(Exercise prompt)
Return only the lines of the listing below that run from the line with "f 226 56 52" through the line with "f 238 237 23", both ends included, exactly as written.

(Records for the task)
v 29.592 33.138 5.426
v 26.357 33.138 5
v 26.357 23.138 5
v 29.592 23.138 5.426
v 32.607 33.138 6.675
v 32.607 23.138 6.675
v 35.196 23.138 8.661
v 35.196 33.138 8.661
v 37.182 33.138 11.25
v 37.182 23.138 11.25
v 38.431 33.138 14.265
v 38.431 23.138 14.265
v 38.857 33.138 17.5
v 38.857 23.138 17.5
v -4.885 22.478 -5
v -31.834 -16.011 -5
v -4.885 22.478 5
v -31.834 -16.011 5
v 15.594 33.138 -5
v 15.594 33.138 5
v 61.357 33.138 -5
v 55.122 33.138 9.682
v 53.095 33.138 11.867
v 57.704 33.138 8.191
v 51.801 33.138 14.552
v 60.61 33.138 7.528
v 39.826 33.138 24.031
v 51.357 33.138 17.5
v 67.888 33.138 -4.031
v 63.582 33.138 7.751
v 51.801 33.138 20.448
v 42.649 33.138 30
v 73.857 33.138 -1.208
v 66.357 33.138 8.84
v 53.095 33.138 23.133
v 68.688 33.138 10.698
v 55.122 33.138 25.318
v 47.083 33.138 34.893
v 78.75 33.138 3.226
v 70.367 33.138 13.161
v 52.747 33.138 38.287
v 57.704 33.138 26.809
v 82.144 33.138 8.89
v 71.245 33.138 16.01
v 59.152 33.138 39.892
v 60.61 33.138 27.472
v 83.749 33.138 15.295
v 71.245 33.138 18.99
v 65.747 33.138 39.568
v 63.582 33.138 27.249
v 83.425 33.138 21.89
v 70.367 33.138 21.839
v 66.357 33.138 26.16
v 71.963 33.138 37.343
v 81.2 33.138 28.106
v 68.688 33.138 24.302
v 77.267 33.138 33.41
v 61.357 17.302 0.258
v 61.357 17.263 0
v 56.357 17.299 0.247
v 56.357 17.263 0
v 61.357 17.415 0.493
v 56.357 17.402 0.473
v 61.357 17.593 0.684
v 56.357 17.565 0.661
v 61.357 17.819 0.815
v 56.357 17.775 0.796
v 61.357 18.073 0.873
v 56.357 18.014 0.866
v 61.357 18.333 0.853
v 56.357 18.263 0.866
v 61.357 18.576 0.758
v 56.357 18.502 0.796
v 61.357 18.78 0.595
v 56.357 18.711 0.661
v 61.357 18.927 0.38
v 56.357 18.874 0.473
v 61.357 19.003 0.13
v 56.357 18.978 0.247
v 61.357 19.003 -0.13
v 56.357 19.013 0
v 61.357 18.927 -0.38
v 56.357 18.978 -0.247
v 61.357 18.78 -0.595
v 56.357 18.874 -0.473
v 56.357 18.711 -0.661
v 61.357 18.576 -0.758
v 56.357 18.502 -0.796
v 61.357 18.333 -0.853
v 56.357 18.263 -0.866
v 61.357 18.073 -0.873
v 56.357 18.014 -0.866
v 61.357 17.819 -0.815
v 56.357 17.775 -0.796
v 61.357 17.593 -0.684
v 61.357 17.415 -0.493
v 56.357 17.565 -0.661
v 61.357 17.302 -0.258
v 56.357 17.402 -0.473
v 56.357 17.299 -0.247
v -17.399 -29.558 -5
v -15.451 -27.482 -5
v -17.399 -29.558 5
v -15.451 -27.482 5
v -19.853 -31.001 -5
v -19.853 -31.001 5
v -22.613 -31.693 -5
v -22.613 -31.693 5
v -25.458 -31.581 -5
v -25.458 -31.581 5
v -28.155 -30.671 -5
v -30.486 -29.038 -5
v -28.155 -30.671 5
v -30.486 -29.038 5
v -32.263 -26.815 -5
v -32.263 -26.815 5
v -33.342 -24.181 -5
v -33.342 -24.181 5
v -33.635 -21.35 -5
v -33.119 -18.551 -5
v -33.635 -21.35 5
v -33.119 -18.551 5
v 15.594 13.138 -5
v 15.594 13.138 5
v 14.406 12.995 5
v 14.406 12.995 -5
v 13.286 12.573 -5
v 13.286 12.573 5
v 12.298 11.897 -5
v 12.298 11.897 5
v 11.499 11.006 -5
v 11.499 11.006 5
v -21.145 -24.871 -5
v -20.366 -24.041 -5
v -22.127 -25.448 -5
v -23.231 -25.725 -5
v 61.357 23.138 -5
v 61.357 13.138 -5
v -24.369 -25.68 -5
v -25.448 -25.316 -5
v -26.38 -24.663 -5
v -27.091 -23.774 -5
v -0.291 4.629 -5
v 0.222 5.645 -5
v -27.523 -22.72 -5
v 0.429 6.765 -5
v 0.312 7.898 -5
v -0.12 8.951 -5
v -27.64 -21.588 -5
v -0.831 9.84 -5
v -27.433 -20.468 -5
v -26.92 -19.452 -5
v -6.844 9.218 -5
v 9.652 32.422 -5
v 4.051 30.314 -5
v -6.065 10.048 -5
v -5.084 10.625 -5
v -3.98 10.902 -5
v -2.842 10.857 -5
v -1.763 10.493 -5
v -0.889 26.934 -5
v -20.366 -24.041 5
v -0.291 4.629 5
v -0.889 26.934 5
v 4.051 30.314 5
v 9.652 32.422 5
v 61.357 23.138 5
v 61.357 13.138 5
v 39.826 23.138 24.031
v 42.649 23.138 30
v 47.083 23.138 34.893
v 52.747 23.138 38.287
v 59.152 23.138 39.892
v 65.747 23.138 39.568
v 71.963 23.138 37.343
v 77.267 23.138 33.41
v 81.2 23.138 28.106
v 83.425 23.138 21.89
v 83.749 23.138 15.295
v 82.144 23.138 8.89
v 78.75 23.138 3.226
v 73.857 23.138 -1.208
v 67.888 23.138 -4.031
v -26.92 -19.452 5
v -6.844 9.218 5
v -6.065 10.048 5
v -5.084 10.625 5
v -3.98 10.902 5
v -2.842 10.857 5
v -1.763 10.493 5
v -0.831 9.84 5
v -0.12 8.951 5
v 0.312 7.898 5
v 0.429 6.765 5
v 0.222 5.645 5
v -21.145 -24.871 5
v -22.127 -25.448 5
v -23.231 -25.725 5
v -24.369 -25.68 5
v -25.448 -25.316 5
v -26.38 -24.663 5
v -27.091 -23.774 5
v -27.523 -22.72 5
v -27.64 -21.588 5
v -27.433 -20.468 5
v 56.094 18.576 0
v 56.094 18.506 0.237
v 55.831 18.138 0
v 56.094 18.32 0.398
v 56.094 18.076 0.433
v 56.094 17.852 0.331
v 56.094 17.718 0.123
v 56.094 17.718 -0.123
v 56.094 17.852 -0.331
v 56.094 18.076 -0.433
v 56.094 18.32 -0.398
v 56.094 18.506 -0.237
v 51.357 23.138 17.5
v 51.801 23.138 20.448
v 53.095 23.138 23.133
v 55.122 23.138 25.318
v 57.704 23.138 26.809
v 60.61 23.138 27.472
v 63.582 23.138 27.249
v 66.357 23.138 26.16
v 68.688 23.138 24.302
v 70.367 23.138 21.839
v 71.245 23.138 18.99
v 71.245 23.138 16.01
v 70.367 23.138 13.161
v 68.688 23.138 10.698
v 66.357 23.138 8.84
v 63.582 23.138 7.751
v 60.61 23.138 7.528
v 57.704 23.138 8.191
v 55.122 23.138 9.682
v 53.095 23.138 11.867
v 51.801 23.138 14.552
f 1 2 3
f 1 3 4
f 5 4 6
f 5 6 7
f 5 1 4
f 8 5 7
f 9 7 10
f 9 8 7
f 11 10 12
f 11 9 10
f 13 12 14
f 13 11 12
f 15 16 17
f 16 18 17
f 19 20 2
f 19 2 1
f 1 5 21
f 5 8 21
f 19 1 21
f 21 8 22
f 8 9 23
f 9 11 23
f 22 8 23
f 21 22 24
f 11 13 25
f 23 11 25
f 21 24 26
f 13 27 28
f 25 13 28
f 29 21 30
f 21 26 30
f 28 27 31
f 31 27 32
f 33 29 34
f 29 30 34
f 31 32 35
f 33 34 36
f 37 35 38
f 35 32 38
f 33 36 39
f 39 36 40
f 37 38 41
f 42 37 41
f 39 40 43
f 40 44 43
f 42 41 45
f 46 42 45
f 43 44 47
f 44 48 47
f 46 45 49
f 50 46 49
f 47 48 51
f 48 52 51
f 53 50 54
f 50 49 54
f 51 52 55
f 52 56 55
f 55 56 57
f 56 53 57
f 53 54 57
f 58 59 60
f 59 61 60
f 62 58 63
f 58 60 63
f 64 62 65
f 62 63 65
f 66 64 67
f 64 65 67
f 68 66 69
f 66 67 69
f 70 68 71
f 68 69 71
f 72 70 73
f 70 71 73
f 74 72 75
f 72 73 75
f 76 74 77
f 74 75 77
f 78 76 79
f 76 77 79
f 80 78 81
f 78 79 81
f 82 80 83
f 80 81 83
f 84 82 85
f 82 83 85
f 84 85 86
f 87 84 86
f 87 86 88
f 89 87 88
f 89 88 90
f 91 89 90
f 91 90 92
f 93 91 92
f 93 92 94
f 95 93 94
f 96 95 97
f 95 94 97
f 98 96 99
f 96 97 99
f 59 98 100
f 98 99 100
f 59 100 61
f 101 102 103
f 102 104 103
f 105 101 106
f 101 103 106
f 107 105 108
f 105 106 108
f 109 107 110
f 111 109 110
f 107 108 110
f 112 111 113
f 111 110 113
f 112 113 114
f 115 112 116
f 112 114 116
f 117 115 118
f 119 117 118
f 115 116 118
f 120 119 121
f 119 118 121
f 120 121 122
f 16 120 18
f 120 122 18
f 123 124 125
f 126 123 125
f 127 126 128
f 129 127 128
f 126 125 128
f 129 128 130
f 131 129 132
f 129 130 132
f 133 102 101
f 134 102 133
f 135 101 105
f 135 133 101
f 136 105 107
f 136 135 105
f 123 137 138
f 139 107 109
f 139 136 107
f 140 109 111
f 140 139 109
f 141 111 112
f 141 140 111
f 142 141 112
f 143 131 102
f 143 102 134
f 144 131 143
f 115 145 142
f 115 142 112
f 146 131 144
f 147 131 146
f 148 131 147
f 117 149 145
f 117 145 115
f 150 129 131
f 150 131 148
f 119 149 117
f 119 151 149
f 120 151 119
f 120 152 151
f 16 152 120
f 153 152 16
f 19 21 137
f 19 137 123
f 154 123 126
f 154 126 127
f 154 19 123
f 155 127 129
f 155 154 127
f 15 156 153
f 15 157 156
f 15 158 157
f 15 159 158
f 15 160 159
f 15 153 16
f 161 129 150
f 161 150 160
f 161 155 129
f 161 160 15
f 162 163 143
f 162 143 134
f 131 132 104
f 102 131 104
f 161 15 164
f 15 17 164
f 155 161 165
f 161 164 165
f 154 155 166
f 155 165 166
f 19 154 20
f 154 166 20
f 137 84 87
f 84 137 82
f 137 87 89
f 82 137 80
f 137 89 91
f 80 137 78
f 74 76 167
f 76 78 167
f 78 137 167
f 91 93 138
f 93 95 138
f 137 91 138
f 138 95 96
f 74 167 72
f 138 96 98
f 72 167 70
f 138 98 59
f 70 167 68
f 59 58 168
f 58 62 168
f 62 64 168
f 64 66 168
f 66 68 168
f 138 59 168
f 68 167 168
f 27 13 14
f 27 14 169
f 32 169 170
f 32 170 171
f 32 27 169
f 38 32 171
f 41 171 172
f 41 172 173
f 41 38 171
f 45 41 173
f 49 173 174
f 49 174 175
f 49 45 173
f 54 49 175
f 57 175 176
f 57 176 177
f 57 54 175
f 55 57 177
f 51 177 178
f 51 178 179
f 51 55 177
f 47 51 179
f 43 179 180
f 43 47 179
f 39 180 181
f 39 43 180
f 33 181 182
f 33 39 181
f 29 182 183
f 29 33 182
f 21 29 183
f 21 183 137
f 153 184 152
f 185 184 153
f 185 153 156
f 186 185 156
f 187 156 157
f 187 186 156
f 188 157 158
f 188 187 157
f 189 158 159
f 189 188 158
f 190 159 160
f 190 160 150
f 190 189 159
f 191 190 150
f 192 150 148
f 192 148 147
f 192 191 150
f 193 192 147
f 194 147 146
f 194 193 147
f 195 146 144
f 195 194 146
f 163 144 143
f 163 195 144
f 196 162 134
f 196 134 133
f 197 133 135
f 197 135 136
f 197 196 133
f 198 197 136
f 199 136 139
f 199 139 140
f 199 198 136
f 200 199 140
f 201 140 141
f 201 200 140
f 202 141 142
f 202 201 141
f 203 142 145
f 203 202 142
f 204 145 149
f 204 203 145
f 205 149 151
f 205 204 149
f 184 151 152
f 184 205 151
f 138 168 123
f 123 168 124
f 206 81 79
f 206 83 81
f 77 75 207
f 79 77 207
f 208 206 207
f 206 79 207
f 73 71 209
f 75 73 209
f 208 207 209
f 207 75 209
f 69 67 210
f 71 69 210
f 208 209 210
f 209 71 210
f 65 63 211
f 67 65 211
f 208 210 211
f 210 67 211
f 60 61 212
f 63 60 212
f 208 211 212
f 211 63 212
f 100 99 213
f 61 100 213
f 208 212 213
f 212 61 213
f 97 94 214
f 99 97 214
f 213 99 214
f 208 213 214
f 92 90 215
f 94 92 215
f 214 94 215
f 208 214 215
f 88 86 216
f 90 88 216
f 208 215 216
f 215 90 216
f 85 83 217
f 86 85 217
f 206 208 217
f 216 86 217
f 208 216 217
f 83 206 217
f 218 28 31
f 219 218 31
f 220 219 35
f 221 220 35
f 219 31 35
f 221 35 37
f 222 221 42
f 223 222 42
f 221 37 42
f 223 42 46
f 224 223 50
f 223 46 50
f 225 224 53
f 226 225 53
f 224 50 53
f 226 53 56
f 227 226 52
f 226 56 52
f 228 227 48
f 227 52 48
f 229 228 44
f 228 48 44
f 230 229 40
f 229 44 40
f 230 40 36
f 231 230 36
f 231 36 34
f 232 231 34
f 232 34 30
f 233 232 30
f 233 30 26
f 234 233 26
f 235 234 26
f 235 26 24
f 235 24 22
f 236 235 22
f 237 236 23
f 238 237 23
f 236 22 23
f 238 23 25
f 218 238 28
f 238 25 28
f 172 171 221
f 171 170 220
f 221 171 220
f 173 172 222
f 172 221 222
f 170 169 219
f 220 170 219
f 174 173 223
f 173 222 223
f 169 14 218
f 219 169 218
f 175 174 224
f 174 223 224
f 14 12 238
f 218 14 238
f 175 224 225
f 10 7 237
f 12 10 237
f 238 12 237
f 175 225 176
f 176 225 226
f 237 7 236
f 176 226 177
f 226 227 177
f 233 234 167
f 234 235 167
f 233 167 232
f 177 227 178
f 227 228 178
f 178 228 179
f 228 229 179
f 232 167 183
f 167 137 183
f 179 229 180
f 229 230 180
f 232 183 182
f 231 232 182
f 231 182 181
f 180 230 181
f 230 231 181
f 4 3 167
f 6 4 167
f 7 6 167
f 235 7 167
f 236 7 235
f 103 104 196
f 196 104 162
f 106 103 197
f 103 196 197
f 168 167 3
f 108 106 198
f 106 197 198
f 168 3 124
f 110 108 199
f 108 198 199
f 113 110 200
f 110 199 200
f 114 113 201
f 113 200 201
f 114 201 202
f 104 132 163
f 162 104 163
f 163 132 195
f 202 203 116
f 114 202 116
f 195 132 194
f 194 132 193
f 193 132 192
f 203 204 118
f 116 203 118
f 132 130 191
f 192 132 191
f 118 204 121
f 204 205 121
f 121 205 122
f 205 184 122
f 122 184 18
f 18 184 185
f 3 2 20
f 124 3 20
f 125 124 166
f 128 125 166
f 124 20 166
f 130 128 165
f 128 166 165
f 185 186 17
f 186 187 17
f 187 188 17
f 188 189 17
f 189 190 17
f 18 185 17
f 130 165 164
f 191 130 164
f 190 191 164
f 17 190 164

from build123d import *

# Parameters (mm, degrees)
EXTRUDE1_DEPTH                                 = 5
SKETCH2_R                                      = 10
EXTRUDE2_DEPTH                                 = 10
BROCA_DE_ROSQUEAR_PARA_TARRAXA_DE_M2_2X0_D     = 1.75
BROCA_DE_ROSQUEAR_PARA_TARRAXA_DE_M2_2X0_DEPTH = 5
BROCA_DE_ROSQUEAR_PARA_TARRAXA_DE_M2_2X0_TIP   = 0.525753042


with BuildPart() as part:
    # Sketch1 → Extrude1 (new body, symmetric)
    with BuildSketch(Plane.XY):
        with BuildLine():
            Line((11.498532289, 11.006151708), (-15.451429048, -27.482381858))
            ThreePointArc((-15.451429048, -27.482381858), (-29.378713855, -29.938137938), (-31.834469934, -16.010853131))
            Line((-31.834469934, -16.010853131), (-4.884508596, 22.477680435))
            ThreePointArc((-4.884508596, 22.477680435), (4.05057718, 30.313540355), (15.594292511, 33.138269526))
            Line((15.594292511, 33.138269526), (61.357050509, 33.138269526))
            Line((61.357050509, 33.138269526), (61.357050509, 13.138269526))
            Line((61.357050509, 13.138269526), (15.594292511, 13.138269526))
            ThreePointArc((15.594292511, 13.138269526), (13.285549445, 12.573323692), (11.498532289, 11.006151708))
        make_face()
        with BuildLine():
            Line((-26.919557668, -19.45231175), (-6.844382396, 9.218009801))
            ThreePointArc((-6.844382396, 9.218009801), (-1.273468473, 10.200312232), (-0.291166042, 4.62939831))
            Line((-0.291166042, 4.62939831), (-20.366341314, -24.04092324))
            ThreePointArc((-20.366341314, -24.04092324), (-25.937255237, -25.023225672), (-26.919557668, -19.45231175))
        make_face(mode=Mode.SUBTRACT)
    extrude(amount=EXTRUDE1_DEPTH, both=True)

    # Sketch2 → Extrude2 (add)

(Solution for this exercise)
f 226 56 52
f 228 227 48
f 227 52 48
f 229 228 44
f 228 48 44
f 230 229 40
f 229 44 40
f 230 40 36
f 231 230 36
f 231 36 34
f 232 231 34
f 232 34 30
f 233 232 30
f 233 30 26
f 234 233 26
f 235 234 26
f 235 26 24
f 235 24 22
f 236 235 22
f 237 236 23
f 238 237 23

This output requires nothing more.